Records supplied:
== Segment start ==

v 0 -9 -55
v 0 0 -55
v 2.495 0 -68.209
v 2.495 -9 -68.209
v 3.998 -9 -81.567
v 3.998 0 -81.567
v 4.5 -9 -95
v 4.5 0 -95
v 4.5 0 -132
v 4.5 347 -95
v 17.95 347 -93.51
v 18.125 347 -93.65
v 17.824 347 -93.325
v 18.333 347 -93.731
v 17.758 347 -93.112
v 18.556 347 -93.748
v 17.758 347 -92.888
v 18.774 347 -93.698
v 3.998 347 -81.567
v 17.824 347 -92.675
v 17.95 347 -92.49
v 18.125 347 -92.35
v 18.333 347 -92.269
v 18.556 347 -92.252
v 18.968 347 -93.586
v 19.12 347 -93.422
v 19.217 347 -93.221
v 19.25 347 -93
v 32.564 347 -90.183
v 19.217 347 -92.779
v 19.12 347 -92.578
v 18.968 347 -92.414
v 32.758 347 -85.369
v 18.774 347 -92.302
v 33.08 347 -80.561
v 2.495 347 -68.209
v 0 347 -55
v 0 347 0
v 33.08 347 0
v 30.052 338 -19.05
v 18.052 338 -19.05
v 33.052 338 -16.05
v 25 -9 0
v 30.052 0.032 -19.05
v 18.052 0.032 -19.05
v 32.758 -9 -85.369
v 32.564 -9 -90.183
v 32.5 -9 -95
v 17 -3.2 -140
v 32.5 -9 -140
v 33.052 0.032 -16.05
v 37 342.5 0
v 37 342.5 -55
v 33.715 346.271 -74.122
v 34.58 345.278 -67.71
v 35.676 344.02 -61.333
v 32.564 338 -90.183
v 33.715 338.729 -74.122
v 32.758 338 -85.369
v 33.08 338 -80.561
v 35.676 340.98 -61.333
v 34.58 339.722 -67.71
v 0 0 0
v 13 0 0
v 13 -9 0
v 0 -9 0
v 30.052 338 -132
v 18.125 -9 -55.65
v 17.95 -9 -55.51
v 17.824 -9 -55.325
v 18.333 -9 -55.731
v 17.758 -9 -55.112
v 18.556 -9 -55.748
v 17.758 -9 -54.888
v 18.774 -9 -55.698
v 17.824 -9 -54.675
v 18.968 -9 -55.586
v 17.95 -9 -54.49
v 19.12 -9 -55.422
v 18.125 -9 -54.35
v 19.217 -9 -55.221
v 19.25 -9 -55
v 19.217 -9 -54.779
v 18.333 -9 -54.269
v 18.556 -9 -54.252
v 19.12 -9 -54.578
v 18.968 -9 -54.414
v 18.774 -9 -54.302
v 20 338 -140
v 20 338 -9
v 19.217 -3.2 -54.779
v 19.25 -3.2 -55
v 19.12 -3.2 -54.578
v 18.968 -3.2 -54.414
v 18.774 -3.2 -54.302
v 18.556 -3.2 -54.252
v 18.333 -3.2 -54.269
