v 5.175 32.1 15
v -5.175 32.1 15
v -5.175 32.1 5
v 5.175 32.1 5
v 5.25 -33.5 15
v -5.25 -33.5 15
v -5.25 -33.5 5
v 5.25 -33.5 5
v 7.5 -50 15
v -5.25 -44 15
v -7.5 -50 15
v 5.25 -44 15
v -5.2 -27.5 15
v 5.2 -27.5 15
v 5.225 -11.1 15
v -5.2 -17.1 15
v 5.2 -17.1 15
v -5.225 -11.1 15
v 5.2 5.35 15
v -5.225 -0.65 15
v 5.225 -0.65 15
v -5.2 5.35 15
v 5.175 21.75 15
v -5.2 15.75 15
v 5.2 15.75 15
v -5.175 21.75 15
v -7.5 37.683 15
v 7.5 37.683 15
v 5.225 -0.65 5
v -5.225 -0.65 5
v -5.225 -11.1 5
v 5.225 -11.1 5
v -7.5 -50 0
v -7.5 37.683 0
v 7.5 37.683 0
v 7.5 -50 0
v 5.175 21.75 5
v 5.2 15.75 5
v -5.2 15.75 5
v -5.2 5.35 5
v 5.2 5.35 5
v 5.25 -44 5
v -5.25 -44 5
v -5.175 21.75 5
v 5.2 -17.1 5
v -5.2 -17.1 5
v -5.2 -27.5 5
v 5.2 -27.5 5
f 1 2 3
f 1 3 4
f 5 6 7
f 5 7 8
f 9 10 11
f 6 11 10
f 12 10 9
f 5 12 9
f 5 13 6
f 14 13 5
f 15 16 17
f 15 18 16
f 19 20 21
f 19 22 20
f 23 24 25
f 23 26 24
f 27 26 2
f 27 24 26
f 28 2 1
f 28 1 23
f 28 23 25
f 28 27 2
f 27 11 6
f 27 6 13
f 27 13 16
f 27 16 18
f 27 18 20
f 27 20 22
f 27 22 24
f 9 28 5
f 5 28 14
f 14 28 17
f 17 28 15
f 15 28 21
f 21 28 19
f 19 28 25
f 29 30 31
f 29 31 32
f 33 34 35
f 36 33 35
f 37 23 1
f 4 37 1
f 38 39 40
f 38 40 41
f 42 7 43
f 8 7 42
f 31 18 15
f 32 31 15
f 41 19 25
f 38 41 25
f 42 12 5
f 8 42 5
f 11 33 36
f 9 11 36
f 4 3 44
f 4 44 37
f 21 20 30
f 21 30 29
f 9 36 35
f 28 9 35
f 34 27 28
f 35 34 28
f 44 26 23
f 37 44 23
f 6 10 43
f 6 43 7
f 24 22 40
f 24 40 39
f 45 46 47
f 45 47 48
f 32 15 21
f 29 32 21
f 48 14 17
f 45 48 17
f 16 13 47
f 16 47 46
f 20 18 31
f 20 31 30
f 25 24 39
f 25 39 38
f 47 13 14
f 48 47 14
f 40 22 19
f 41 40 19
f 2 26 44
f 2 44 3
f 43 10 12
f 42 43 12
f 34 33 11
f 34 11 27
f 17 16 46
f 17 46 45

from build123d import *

# Parameters (mm, degrees)
SKETCH_1_W          = 15
SKETCH_1_H          = 100
EXTRUDE_1_DEPTH     = 15
SKETCH_3_W          = 10.35
SKETCH_3_H          = 10.35
SKETCH_3_W_2        = 10.4
SKETCH_3_H_2        = 10.4
SKETCH_3_W_3        = 10.45
SKETCH_3_H_3        = 10.45
SKETCH_3_W_4        = 10.5
SKETCH_3_H_4        = 10.5
CUT_EXTRUDE_1_DEPTH = 10
SKETCH_4_W          = 15
SKETCH_4_H          = 12.316827503
CUT_EXTRUDE_2_DEPTH = 53.737557774


with BuildPart() as part:
    # 草图1 → 凸台-拉伸1 (new body)
    with BuildSketch(Plane.XY):
        Rectangle(SKETCH_1_W, SKETCH_1_H)
    extrude(amount=EXTRUDE_1_DEPTH)

    # 草图3 → 切除-拉伸1 (cut)
    with BuildSketch(Plane.XY.offset(15)):
        with Locations((0, 26.925)):
            Rectangle(SKETCH_3_W, SKETCH_3_H)
        with Locations((0, 10.55)):
            Rectangle(SKETCH_3_W_2, SKETCH_3_H_2)
        with Locations((0, -5.875)):
            Rectangle(SKETCH_3_W_3, SKETCH_3_H_3)
        with Locations((0, -22.3)):
            Rectangle(SKETCH_3_W_2, SKETCH_3_H_2)
        with Locations((0, -38.75)):
            Rectangle(SKETCH_3_W_4, SKETCH_3_H_4)
    extrude(amount=-CUT_EXTRUDE_1_DEPTH, mode=Mode.SUBTRACT)

    # 草图4 → 切除-拉伸2 (cut, through all)
    with BuildSketch(Plane.XY.offset(15)):
        with Locations((0, 43.841586249)):
            Rectangle(SKETCH_4_W, SKETCH_4_H)
    extrude(amount=-CUT_EXTRUDE_2_DEPTH, mode=Mode.SUBTRACT)


solid = part.part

== Segment end ==

In full and without alteration, transcribe the entries above.

v 0 -9 -55
v 0 0 -55
v 2.495 0 -68.209
v 2.495 -9 -68.209
v 3.998 -9 -81.567
v 3.998 0 -81.567
v 4.5 -9 -95
v 4.5 0 -95
v 4.5 0 -132
v 4.5 347 -95
v 17.95 347 -93.51
v 18.125 347 -93.65
v 17.824 347 -93.325
v 18.333 347 -93.731
v 17.758 347 -93.112
v 18.556 347 -93.748
v 17.758 347 -92.888
v 18.774 347 -93.698
v 3.998 347 -81.567
v 17.824 347 -92.675
v 17.95 347 -92.49
v 18.125 347 -92.35
v 18.333 347 -92.269
v 18.556 347 -92.252
v 18.968 347 -93.586
v 19.12 347 -93.422
v 19.217 347 -93.221
v 19.25 347 -93
v 32.564 347 -90.183
v 19.217 347 -92.779
v 19.12 347 -92.578
v 18.968 347 -92.414
v 32.758 347 -85.369
v 18.774 347 -92.302
v 33.08 347 -80.561
v 2.495 347 -68.209
v 0 347 -55
v 0 347 0
v 33.08 347 0
v 30.052 338 -19.05
v 18.052 338 -19.05
v 33.052 338 -16.05
v 25 -9 0
v 30.052 0.032 -19.05
v 18.052 0.032 -19.05
v 32.758 -9 -85.369
v 32.564 -9 -90.183
v 32.5 -9 -95
v 17 -3.2 -140
v 32.5 -9 -140
v 33.052 0.032 -16.05
v 37 342.5 0
v 37 342.5 -55
v 33.715 346.271 -74.122
v 34.58 345.278 -67.71
v 35.676 344.02 -61.333
v 32.564 338 -90.183
v 33.715 338.729 -74.122
v 32.758 338 -85.369
v 33.08 338 -80.561
v 35.676 340.98 -61.333
v 34.58 339.722 -67.71
v 0 0 0
v 13 0 0
v 13 -9 0
v 0 -9 0
v 30.052 338 -132
v 18.125 -9 -55.65
v 17.95 -9 -55.51
v 17.824 -9 -55.325
v 18.333 -9 -55.731
v 17.758 -9 -55.112
v 18.556 -9 -55.748
v 17.758 -9 -54.888
v 18.774 -9 -55.698
v 17.824 -9 -54.675
v 18.968 -9 -55.586
v 17.95 -9 -54.49
v 19.12 -9 -55.422
v 18.125 -9 -54.35
v 19.217 -9 -55.221
v 19.25 -9 -55
v 19.217 -9 -54.779
v 18.333 -9 -54.269
v 18.556 -9 -54.252
v 19.12 -9 -54.578
v 18.968 -9 -54.414
v 18.774 -9 -54.302
v 20 338 -140
v 20 338 -9
v 19.217 -3.2 -54.779
v 19.25 -3.2 -55
v 19.12 -3.2 -54.578
v 18.968 -3.2 -54.414
v 18.774 -3.2 -54.302
v 18.556 -3.2 -54.252
v 18.333 -3.2 -54.269
v 5.175 32.1 15
v -5.175 32.1 15
v -5.175 32.1 5
v 5.175 32.1 5
v 5.25 -33.5 15
v -5.25 -33.5 15
v -5.25 -33.5 5
v 5.25 -33.5 5
v 7.5 -50 15
v -5.25 -44 15
v -7.5 -50 15
v 5.25 -44 15
v -5.2 -27.5 15
v 5.2 -27.5 15
v 5.225 -11.1 15
v -5.2 -17.1 15
v 5.2 -17.1 15
v -5.225 -11.1 15
v 5.2 5.35 15
v -5.225 -0.65 15
v 5.225 -0.65 15
v -5.2 5.35 15
v 5.175 21.75 15
v -5.2 15.75 15
v 5.2 15.75 15
v -5.175 21.75 15
v -7.5 37.683 15
v 7.5 37.683 15
v 5.225 -0.65 5
v -5.225 -0.65 5
v -5.225 -11.1 5
v 5.225 -11.1 5
v -7.5 -50 0
v -7.5 37.683 0
v 7.5 37.683 0
v 7.5 -50 0
v 5.175 21.75 5
v 5.2 15.75 5
v -5.2 15.75 5
v -5.2 5.35 5
v 5.2 5.35 5
v 5.25 -44 5
v -5.25 -44 5
v -5.175 21.75 5
v 5.2 -17.1 5
v -5.2 -17.1 5
v -5.2 -27.5 5
v 5.2 -27.5 5
f 1 2 3
f 1 3 4
f 5 6 7
f 5 7 8
f 9 10 11
f 6 11 10
f 12 10 9
f 5 12 9
f 5 13 6
f 14 13 5
f 15 16 17
f 15 18 16
f 19 20 21
f 19 22 20
f 23 24 25
f 23 26 24
f 27 26 2
f 27 24 26
f 28 2 1
f 28 1 23
f 28 23 25
f 28 27 2
f 27 11 6
f 27 6 13
f 27 13 16
f 27 16 18
f 27 18 20
f 27 20 22
f 27 22 24
f 9 28 5
f 5 28 14
f 14 28 17
f 17 28 15
f 15 28 21
f 21 28 19
f 19 28 25
f 29 30 31
f 29 31 32
f 33 34 35
f 36 33 35
f 37 23 1
f 4 37 1
f 38 39 40
f 38 40 41
f 42 7 43
f 8 7 42
f 31 18 15
f 32 31 15
f 41 19 25
f 38 41 25
f 42 12 5
f 8 42 5
f 11 33 36
f 9 11 36
f 4 3 44
f 4 44 37
f 21 20 30
f 21 30 29
f 9 36 35
f 28 9 35
f 34 27 28
f 35 34 28
f 44 26 23
f 37 44 23
f 6 10 43
f 6 43 7
f 24 22 40
f 24 40 39
f 45 46 47
f 45 47 48
f 32 15 21
f 29 32 21
f 48 14 17
f 45 48 17
f 16 13 47
f 16 47 46
f 20 18 31
f 20 31 30
f 25 24 39
f 25 39 38
f 47 13 14
f 48 47 14
f 40 22 19
f 41 40 19
f 2 26 44
f 2 44 3
f 43 10 12
f 42 43 12
f 34 33 11
f 34 11 27
f 17 16 46
f 17 46 45

from build123d import *

# Parameters (mm, degrees)
SKETCH_1_W          = 15
SKETCH_1_H          = 100
EXTRUDE_1_DEPTH     = 15
SKETCH_3_W          = 10.35
SKETCH_3_H          = 10.35
SKETCH_3_W_2        = 10.4
SKETCH_3_H_2        = 10.4
SKETCH_3_W_3        = 10.45
SKETCH_3_H_3        = 10.45
SKETCH_3_W_4        = 10.5
SKETCH_3_H_4        = 10.5
CUT_EXTRUDE_1_DEPTH = 10
SKETCH_4_W          = 15
SKETCH_4_H          = 12.316827503
CUT_EXTRUDE_2_DEPTH = 53.737557774


with BuildPart() as part:
    # 草图1 → 凸台-拉伸1 (new body)
    with BuildSketch(Plane.XY):
        Rectangle(SKETCH_1_W, SKETCH_1_H)
    extrude(amount=EXTRUDE_1_DEPTH)

    # 草图3 → 切除-拉伸1 (cut)
    with BuildSketch(Plane.XY.offset(15)):
        with Locations((0, 26.925)):
            Rectangle(SKETCH_3_W, SKETCH_3_H)
        with Locations((0, 10.55)):
            Rectangle(SKETCH_3_W_2, SKETCH_3_H_2)
        with Locations((0, -5.875)):
            Rectangle(SKETCH_3_W_3, SKETCH_3_H_3)
        with Locations((0, -22.3)):
            Rectangle(SKETCH_3_W_2, SKETCH_3_H_2)
        with Locations((0, -38.75)):
            Rectangle(SKETCH_3_W_4, SKETCH_3_H_4)
    extrude(amount=-CUT_EXTRUDE_1_DEPTH, mode=Mode.SUBTRACT)

    # 草图4 → 切除-拉伸2 (cut, through all)
    with BuildSketch(Plane.XY.offset(15)):
        with Locations((0, 43.841586249)):
            Rectangle(SKETCH_4_W, SKETCH_4_H)
    extrude(amount=-CUT_EXTRUDE_2_DEPTH, mode=Mode.SUBTRACT)


solid = part.part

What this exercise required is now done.